* Prompt
Copy the lines exactly. Begin at the first line of the data and stop after the line with "v -3.15 7.438 1.584".

[Stored items]
┌──
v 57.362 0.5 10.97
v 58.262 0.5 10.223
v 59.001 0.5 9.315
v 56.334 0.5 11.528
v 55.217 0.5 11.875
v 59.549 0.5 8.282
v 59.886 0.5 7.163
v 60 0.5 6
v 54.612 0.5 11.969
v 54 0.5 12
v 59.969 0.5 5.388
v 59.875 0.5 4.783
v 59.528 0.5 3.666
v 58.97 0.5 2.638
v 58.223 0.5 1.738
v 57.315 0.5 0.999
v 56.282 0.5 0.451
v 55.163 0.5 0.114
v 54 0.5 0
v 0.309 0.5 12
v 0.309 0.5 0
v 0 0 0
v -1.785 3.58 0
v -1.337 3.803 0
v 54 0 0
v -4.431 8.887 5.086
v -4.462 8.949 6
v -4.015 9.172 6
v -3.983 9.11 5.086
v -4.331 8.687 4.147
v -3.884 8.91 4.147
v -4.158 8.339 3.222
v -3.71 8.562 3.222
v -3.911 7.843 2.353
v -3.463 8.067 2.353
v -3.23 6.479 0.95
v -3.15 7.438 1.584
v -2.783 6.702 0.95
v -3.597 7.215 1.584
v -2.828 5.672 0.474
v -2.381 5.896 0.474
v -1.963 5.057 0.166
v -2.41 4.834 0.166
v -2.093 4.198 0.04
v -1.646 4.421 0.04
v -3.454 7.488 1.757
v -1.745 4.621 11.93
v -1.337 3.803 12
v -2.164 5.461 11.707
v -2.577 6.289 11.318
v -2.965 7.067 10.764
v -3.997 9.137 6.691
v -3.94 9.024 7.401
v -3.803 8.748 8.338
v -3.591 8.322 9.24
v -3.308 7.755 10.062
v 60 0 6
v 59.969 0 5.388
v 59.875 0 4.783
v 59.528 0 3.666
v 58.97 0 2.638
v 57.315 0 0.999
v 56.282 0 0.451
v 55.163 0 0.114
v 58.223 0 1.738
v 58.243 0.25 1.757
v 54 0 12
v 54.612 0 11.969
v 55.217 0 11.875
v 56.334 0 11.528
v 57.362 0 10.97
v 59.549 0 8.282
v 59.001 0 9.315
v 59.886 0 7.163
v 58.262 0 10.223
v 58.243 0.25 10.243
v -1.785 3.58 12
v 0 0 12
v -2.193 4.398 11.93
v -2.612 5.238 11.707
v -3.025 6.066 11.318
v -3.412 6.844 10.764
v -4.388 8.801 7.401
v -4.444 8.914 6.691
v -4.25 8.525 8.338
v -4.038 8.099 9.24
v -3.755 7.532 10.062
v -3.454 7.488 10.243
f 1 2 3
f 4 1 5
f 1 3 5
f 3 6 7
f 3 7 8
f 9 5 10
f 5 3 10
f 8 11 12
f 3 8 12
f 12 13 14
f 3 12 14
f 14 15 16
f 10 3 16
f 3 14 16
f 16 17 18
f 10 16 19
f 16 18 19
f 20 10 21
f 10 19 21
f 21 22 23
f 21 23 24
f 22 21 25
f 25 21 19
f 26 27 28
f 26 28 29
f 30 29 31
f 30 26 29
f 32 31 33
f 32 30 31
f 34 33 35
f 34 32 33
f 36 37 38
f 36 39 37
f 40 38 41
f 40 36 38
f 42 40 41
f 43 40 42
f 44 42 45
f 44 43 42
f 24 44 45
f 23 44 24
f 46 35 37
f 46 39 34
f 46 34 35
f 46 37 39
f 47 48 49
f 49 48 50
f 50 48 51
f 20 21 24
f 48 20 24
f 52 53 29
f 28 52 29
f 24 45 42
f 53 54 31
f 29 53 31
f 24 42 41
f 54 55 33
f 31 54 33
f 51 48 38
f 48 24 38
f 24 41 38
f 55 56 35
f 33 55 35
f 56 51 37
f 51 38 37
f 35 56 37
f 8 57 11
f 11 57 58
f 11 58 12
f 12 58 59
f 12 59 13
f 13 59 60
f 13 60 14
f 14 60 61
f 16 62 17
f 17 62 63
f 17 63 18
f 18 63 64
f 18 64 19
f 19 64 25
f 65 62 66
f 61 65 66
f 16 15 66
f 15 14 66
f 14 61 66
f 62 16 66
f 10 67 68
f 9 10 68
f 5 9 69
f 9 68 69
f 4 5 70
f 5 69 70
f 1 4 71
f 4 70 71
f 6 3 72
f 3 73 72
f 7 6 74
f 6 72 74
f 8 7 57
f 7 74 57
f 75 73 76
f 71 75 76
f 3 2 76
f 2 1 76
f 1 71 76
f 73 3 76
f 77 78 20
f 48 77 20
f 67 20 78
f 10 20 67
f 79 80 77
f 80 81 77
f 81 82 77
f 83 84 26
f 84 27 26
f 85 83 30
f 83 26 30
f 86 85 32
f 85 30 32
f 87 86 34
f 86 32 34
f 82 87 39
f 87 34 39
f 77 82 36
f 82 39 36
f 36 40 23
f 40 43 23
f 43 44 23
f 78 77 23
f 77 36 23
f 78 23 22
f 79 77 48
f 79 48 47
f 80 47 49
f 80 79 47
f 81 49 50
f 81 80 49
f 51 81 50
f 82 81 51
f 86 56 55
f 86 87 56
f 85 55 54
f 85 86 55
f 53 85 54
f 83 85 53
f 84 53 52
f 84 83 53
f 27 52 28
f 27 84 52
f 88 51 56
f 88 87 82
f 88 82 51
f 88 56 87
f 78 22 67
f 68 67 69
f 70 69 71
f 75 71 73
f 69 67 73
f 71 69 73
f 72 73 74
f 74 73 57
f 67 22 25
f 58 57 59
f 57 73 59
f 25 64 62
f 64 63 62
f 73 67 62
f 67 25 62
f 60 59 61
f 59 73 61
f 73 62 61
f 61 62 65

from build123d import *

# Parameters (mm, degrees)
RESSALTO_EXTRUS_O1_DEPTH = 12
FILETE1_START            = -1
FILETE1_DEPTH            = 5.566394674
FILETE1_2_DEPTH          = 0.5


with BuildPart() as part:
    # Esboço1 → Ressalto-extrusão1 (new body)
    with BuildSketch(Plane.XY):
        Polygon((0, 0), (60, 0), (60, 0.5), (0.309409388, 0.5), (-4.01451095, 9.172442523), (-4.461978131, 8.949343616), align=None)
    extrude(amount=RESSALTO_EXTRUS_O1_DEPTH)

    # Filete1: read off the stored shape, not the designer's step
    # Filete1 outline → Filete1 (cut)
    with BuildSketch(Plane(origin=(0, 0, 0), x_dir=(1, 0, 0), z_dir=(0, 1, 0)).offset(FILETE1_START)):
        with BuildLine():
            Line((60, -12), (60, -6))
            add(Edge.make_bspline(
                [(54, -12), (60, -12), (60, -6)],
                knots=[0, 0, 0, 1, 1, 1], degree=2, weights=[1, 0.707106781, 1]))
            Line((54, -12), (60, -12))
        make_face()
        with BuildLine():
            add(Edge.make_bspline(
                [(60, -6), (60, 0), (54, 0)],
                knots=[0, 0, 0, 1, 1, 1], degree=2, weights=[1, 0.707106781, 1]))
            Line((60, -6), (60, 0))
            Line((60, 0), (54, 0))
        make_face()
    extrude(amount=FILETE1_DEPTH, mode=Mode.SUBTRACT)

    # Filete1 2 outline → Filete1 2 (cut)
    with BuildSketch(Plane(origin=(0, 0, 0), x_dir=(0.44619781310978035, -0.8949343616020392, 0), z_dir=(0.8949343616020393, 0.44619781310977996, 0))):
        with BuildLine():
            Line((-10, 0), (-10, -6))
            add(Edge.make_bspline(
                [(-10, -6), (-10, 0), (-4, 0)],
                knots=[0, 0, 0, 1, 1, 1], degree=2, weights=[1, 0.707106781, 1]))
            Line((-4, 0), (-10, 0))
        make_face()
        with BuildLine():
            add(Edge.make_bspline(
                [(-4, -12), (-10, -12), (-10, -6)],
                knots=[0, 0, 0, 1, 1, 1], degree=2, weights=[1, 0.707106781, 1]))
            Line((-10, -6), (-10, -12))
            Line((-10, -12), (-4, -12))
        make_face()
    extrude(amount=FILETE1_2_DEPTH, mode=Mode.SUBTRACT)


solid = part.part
└──
* Result
v 57.362 0.5 10.97
v 58.262 0.5 10.223
v 59.001 0.5 9.315
v 56.334 0.5 11.528
v 55.217 0.5 11.875
v 59.549 0.5 8.282
v 59.886 0.5 7.163
v 60 0.5 6
v 54.612 0.5 11.969
v 54 0.5 12
v 59.969 0.5 5.388
v 59.875 0.5 4.783
v 59.528 0.5 3.666
v 58.97 0.5 2.638
v 58.223 0.5 1.738
v 57.315 0.5 0.999
v 56.282 0.5 0.451
v 55.163 0.5 0.114
v 54 0.5 0
v 0.309 0.5 12
v 0.309 0.5 0
v 0 0 0
v -1.785 3.58 0
v -1.337 3.803 0
v 54 0 0
v -4.431 8.887 5.086
v -4.462 8.949 6
v -4.015 9.172 6
v -3.983 9.11 5.086
v -4.331 8.687 4.147
v -3.884 8.91 4.147
v -4.158 8.339 3.222
v -3.71 8.562 3.222
v -3.911 7.843 2.353
v -3.463 8.067 2.353
v -3.23 6.479 0.95
v -3.15 7.438 1.584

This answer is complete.